START Exercise material
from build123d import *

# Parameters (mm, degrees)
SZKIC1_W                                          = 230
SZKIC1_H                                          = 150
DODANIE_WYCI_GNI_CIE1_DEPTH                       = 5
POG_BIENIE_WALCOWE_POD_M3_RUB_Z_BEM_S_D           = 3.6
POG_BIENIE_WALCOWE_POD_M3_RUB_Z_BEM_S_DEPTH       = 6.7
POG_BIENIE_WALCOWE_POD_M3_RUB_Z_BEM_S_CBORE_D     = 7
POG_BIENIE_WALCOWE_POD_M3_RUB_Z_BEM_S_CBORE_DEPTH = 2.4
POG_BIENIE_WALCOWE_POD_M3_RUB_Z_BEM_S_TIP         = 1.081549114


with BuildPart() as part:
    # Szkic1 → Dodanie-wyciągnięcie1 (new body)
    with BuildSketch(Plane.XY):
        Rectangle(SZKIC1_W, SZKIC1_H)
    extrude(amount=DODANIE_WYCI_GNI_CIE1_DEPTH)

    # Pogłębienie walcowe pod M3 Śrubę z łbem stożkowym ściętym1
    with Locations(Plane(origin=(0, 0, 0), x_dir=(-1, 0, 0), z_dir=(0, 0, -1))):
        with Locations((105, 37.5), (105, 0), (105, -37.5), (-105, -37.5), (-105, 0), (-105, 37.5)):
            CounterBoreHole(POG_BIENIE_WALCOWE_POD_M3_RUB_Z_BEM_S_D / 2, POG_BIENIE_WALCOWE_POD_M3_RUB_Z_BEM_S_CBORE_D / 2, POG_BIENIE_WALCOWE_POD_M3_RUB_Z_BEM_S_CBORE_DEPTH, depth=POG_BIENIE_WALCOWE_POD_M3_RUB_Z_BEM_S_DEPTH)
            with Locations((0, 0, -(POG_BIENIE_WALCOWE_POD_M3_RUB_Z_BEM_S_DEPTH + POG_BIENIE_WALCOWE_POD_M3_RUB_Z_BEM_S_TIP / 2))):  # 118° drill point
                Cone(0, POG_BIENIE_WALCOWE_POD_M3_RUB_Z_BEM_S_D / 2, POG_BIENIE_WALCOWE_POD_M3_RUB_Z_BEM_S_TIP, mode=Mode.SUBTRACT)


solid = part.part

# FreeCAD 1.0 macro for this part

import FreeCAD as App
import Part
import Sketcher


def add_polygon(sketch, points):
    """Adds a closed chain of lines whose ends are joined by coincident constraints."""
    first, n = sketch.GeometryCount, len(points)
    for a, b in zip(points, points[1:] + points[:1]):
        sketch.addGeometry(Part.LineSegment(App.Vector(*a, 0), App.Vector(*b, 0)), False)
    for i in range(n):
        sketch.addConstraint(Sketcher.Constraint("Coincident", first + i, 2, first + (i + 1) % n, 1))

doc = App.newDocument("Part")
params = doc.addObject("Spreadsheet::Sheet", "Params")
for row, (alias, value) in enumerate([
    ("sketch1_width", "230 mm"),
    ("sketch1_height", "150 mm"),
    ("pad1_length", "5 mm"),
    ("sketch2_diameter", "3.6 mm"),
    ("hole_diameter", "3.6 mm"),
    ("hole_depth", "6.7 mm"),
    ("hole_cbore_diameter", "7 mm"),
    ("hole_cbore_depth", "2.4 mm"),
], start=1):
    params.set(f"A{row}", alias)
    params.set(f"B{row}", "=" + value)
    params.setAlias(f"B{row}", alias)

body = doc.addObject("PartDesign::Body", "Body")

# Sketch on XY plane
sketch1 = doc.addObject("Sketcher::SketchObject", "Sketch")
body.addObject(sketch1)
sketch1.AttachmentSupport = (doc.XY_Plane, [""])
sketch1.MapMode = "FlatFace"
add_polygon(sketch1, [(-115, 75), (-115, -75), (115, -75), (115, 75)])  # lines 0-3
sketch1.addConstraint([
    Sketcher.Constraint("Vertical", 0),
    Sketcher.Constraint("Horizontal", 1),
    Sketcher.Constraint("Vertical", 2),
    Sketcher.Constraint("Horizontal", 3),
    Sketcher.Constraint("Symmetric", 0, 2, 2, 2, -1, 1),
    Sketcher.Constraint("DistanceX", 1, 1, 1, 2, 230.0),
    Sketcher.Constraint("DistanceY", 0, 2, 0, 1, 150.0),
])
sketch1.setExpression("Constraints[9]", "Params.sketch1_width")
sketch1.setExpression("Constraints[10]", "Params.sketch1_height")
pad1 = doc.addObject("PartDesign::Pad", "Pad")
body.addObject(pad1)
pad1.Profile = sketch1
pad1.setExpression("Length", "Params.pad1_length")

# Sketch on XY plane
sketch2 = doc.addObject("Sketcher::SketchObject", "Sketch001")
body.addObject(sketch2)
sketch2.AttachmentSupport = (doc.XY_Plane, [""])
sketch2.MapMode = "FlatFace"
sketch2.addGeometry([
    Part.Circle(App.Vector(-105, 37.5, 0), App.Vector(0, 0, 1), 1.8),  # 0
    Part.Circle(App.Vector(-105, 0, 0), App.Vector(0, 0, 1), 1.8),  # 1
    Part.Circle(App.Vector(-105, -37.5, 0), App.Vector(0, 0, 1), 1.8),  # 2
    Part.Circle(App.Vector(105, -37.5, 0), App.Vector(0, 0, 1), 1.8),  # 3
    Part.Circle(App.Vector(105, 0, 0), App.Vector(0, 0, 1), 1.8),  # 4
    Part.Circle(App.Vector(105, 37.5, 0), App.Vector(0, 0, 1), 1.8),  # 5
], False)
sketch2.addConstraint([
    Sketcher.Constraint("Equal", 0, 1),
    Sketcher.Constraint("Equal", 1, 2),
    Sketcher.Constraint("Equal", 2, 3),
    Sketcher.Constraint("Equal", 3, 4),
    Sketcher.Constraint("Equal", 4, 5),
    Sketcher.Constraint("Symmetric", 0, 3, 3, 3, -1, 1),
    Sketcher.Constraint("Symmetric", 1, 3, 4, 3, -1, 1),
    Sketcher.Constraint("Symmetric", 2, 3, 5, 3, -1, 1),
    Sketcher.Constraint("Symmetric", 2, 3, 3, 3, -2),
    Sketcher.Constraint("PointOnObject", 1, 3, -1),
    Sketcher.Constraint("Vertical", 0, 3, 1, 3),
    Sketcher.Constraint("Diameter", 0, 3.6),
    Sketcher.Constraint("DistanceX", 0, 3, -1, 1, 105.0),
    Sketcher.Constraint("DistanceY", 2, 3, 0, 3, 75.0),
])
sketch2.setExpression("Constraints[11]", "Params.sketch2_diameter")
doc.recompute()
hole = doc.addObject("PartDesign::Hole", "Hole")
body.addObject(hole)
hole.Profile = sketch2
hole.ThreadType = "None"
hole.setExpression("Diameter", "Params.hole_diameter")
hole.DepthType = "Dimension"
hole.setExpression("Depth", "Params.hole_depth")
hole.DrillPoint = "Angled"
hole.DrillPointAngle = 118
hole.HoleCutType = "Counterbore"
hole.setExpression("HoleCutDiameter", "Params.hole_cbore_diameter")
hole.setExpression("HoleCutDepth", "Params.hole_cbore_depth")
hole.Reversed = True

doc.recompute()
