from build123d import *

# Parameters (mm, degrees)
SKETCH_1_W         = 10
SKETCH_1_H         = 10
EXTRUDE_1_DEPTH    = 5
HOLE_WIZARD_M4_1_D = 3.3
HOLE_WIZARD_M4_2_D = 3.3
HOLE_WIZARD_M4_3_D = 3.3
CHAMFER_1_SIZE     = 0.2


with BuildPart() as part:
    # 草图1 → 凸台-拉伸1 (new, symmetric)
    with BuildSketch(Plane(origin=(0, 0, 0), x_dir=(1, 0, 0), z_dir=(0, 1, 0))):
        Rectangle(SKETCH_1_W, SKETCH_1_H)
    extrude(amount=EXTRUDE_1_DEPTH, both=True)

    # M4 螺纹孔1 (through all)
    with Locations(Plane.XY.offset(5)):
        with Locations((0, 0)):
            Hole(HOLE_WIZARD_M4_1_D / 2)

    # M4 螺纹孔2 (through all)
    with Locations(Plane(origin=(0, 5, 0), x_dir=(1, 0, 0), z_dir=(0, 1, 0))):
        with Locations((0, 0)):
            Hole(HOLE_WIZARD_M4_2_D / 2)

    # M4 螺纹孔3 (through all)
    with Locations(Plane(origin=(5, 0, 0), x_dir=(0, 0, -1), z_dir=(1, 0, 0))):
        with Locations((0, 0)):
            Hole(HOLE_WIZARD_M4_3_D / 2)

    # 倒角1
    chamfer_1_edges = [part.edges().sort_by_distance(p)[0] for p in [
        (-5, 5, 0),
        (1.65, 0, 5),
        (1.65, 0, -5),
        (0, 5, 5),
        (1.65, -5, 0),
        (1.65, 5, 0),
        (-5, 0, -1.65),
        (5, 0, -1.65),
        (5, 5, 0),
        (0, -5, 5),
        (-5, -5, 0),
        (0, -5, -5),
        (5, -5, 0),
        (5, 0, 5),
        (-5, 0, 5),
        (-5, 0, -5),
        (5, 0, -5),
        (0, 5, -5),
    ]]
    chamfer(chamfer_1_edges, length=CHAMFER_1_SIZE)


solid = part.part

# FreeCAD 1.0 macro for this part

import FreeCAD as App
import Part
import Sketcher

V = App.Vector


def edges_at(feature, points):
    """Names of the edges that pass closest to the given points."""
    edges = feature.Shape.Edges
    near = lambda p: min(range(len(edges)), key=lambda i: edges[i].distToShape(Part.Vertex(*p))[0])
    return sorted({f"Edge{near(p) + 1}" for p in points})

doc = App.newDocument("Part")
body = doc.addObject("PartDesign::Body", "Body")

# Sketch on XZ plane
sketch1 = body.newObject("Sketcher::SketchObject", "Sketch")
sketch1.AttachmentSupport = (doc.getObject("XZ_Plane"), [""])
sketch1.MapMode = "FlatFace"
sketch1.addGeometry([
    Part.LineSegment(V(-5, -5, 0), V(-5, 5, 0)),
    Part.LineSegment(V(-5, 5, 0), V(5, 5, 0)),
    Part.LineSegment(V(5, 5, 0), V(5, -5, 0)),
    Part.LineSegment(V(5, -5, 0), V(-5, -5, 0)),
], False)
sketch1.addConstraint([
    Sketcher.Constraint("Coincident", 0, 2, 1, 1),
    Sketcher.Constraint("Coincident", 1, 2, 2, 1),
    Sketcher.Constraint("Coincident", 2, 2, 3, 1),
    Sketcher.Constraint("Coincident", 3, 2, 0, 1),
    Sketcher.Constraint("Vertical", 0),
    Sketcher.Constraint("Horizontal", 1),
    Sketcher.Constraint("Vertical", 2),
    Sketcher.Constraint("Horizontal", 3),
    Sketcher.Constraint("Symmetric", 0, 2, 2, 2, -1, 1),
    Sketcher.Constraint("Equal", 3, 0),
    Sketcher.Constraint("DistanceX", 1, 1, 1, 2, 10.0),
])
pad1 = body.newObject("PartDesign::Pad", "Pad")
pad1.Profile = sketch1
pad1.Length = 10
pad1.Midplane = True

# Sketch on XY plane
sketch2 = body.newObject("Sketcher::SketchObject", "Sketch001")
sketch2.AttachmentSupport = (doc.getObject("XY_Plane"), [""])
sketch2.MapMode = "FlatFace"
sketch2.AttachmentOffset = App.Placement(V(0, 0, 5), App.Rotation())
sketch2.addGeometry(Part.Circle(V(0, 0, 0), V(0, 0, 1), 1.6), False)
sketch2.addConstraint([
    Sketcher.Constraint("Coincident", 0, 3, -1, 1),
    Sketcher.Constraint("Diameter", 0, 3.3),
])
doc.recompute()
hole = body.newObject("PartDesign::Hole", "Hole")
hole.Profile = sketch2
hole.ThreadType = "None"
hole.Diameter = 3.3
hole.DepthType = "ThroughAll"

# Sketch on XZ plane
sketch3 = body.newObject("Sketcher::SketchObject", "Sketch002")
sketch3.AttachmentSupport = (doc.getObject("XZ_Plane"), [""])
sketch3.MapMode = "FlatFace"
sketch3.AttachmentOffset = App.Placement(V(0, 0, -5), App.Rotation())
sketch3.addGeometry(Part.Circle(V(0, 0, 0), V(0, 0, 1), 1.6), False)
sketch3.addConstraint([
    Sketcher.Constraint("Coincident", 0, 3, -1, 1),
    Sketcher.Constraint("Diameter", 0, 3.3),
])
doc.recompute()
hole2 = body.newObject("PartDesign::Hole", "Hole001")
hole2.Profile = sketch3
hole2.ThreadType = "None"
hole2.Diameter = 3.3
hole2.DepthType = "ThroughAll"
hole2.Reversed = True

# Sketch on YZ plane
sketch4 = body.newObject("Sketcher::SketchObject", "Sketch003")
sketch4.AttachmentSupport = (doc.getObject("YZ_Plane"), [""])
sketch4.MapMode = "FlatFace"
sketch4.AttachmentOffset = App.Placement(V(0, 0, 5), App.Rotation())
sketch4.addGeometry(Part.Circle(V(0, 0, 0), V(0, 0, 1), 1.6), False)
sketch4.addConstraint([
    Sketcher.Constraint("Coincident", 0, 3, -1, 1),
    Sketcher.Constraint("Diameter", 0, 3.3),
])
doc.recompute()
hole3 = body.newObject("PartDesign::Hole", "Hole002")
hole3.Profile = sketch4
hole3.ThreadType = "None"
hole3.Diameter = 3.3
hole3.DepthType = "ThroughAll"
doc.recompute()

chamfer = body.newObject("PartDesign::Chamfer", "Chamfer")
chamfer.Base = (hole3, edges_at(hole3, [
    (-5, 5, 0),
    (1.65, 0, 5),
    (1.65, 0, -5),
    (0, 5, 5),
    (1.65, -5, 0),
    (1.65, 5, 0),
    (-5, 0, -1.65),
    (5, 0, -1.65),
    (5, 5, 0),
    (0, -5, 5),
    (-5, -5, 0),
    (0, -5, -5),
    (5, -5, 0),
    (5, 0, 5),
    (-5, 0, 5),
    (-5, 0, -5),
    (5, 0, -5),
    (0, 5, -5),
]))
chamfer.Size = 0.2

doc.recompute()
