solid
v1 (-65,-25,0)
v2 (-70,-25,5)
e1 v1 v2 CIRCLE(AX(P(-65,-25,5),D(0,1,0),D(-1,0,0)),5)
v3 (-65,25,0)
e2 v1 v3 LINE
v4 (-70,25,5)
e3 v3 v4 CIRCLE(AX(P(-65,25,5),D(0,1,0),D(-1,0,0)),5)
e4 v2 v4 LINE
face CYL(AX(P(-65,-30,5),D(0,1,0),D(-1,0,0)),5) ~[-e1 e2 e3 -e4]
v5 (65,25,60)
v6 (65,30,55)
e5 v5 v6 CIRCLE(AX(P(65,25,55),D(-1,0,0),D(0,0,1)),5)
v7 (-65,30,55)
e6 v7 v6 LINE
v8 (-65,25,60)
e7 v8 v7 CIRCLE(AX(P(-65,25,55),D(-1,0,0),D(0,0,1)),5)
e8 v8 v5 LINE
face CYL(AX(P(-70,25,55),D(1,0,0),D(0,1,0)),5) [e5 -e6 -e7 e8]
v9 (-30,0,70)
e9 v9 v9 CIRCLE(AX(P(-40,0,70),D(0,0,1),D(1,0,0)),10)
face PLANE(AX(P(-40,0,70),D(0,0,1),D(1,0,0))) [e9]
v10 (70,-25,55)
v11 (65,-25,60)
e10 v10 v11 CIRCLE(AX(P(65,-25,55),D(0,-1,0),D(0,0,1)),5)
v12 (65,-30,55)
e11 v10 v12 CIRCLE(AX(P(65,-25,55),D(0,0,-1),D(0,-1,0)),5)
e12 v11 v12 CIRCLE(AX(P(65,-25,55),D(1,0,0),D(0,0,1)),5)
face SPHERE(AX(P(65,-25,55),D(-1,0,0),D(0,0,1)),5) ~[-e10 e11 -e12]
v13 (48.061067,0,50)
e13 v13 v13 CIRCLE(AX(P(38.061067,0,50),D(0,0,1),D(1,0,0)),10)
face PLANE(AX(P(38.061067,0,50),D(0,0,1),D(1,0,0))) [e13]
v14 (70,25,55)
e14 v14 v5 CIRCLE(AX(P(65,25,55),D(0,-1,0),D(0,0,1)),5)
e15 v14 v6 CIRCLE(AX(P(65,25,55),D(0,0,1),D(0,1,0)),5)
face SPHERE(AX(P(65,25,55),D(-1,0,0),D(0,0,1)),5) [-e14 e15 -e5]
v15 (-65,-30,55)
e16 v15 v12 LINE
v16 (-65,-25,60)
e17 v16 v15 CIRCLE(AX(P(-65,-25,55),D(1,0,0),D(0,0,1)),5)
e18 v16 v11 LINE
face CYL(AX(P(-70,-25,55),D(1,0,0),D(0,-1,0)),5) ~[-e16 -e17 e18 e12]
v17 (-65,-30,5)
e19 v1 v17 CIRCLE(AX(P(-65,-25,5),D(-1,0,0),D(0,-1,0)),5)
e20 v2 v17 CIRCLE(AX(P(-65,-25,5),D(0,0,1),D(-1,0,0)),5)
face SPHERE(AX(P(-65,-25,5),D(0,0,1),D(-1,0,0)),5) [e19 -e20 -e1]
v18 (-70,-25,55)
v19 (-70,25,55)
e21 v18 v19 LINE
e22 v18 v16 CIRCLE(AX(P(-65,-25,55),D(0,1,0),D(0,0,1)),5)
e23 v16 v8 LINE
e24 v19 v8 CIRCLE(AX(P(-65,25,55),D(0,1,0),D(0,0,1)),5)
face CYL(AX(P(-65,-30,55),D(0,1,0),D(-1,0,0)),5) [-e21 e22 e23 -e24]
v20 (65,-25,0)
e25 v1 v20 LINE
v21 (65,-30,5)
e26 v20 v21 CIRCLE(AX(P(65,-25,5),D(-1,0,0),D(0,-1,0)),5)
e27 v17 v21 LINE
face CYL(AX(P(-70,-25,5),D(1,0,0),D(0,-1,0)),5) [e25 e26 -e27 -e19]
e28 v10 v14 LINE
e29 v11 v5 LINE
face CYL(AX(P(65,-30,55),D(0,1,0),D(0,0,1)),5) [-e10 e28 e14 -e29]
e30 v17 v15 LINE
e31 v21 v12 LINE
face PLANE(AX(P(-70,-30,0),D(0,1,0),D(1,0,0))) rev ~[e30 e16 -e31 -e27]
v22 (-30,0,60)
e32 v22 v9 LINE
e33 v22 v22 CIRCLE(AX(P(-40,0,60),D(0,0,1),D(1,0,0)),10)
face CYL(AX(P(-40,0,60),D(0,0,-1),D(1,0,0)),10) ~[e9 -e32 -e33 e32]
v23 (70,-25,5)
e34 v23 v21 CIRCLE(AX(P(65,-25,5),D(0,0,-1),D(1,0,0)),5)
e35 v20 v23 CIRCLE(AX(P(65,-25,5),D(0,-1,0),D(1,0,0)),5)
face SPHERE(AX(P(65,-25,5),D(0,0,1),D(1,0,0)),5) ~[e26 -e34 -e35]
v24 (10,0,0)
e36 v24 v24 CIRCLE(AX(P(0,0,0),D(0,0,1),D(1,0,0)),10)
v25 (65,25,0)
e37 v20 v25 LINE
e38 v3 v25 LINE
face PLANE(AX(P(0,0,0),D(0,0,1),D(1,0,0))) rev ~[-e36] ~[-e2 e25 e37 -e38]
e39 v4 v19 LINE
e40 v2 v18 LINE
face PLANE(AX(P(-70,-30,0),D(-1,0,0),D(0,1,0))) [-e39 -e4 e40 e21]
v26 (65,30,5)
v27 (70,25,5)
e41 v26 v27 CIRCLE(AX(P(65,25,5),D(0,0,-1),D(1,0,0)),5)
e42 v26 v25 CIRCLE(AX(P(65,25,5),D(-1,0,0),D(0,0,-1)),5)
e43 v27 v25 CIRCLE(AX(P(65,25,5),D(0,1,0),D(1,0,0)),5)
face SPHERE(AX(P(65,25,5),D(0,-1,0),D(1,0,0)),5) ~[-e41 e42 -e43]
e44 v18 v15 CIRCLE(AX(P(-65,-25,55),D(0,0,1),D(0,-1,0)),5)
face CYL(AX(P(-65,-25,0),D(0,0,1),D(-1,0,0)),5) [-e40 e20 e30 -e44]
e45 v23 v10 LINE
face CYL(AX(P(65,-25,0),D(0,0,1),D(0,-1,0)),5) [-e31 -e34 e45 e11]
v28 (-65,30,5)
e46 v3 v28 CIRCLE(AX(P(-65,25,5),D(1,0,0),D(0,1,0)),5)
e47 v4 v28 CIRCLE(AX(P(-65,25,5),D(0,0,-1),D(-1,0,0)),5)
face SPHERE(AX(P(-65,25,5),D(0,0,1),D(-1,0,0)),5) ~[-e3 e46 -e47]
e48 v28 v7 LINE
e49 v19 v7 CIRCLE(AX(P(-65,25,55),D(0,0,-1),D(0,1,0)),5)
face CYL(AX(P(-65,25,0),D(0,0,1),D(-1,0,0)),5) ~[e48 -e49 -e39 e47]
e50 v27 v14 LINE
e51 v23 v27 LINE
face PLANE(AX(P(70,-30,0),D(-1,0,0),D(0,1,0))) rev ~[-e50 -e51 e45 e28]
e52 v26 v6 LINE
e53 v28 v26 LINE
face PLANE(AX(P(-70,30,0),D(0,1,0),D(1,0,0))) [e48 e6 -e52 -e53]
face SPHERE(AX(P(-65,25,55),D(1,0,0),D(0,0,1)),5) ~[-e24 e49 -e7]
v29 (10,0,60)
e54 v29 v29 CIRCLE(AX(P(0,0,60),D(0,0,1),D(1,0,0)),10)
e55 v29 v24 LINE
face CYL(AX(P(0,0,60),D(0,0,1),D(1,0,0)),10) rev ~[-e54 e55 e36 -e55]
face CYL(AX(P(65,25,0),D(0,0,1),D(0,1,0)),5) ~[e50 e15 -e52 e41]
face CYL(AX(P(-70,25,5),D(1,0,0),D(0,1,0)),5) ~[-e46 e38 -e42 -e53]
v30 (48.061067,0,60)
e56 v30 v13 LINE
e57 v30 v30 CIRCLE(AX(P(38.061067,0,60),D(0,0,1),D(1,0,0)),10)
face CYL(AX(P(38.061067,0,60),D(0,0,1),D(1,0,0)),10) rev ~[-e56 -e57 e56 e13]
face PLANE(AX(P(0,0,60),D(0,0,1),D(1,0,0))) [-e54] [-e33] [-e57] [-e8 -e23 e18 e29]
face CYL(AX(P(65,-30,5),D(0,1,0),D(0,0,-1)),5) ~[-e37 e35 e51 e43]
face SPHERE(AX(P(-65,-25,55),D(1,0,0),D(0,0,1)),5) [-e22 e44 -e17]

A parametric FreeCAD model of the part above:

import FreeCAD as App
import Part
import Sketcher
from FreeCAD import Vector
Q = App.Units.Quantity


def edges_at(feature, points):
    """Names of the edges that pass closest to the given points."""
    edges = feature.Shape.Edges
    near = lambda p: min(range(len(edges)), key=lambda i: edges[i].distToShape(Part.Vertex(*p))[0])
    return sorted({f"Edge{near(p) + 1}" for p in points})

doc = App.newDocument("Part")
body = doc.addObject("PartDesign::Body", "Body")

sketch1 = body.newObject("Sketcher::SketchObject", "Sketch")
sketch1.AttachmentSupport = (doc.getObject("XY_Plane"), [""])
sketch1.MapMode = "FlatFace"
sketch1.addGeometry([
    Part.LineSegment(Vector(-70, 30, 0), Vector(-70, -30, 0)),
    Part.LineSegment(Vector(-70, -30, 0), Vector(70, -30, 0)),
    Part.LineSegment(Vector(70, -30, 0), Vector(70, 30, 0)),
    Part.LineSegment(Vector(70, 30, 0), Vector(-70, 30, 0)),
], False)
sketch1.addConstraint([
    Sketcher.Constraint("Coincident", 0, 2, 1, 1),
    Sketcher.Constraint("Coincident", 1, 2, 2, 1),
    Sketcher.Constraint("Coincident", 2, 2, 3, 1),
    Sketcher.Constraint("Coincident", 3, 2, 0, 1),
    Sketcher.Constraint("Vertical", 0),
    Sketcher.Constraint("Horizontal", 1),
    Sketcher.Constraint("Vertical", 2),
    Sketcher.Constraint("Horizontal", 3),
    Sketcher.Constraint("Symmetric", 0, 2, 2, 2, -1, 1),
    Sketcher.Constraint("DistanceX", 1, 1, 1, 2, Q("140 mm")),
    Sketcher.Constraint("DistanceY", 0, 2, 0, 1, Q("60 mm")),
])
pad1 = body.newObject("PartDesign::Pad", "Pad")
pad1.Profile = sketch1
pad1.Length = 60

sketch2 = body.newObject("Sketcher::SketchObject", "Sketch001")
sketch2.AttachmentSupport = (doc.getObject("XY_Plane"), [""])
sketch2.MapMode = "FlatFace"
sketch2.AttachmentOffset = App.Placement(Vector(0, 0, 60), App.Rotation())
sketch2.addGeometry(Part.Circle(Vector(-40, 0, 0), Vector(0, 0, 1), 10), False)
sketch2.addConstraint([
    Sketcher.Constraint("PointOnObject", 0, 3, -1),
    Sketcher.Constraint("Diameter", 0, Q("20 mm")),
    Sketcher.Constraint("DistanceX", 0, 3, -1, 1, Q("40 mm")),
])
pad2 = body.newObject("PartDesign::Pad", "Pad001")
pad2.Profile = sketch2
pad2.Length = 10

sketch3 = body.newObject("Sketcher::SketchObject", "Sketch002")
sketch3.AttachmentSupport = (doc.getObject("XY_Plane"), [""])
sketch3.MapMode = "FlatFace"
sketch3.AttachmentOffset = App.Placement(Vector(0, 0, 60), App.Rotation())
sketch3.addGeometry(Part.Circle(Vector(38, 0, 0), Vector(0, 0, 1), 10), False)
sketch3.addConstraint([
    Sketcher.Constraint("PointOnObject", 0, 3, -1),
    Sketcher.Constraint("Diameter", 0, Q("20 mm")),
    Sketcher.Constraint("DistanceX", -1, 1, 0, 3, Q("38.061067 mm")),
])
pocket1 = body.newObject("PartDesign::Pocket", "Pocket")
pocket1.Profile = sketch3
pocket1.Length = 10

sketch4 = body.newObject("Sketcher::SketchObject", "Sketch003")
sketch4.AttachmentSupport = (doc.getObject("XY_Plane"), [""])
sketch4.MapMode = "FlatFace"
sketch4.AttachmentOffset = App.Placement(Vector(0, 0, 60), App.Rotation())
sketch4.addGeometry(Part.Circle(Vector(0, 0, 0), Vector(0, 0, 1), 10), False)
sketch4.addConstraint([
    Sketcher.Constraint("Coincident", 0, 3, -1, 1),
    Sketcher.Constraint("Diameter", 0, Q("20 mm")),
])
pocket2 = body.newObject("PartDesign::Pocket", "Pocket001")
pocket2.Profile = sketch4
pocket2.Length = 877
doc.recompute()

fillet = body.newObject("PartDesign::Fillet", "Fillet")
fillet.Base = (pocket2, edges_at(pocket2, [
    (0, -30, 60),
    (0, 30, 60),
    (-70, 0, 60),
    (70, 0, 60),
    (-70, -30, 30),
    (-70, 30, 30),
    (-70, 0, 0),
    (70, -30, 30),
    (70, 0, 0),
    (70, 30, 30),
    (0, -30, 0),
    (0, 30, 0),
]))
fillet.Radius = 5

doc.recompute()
END Exercise material
**Brief**
Return, word for word, the lines of the data above from the line with "face SPHERE(AX(P(-65,-25,55),D(1,0,0),D(0,0,1)),5) [-e22" through the line with "A parametric FreeCAD", inclusive.

**Written answer**
face SPHERE(AX(P(-65,-25,55),D(1,0,0),D(0,0,1)),5) [-e22 e44 -e17]

A parametric FreeCAD model of the part above:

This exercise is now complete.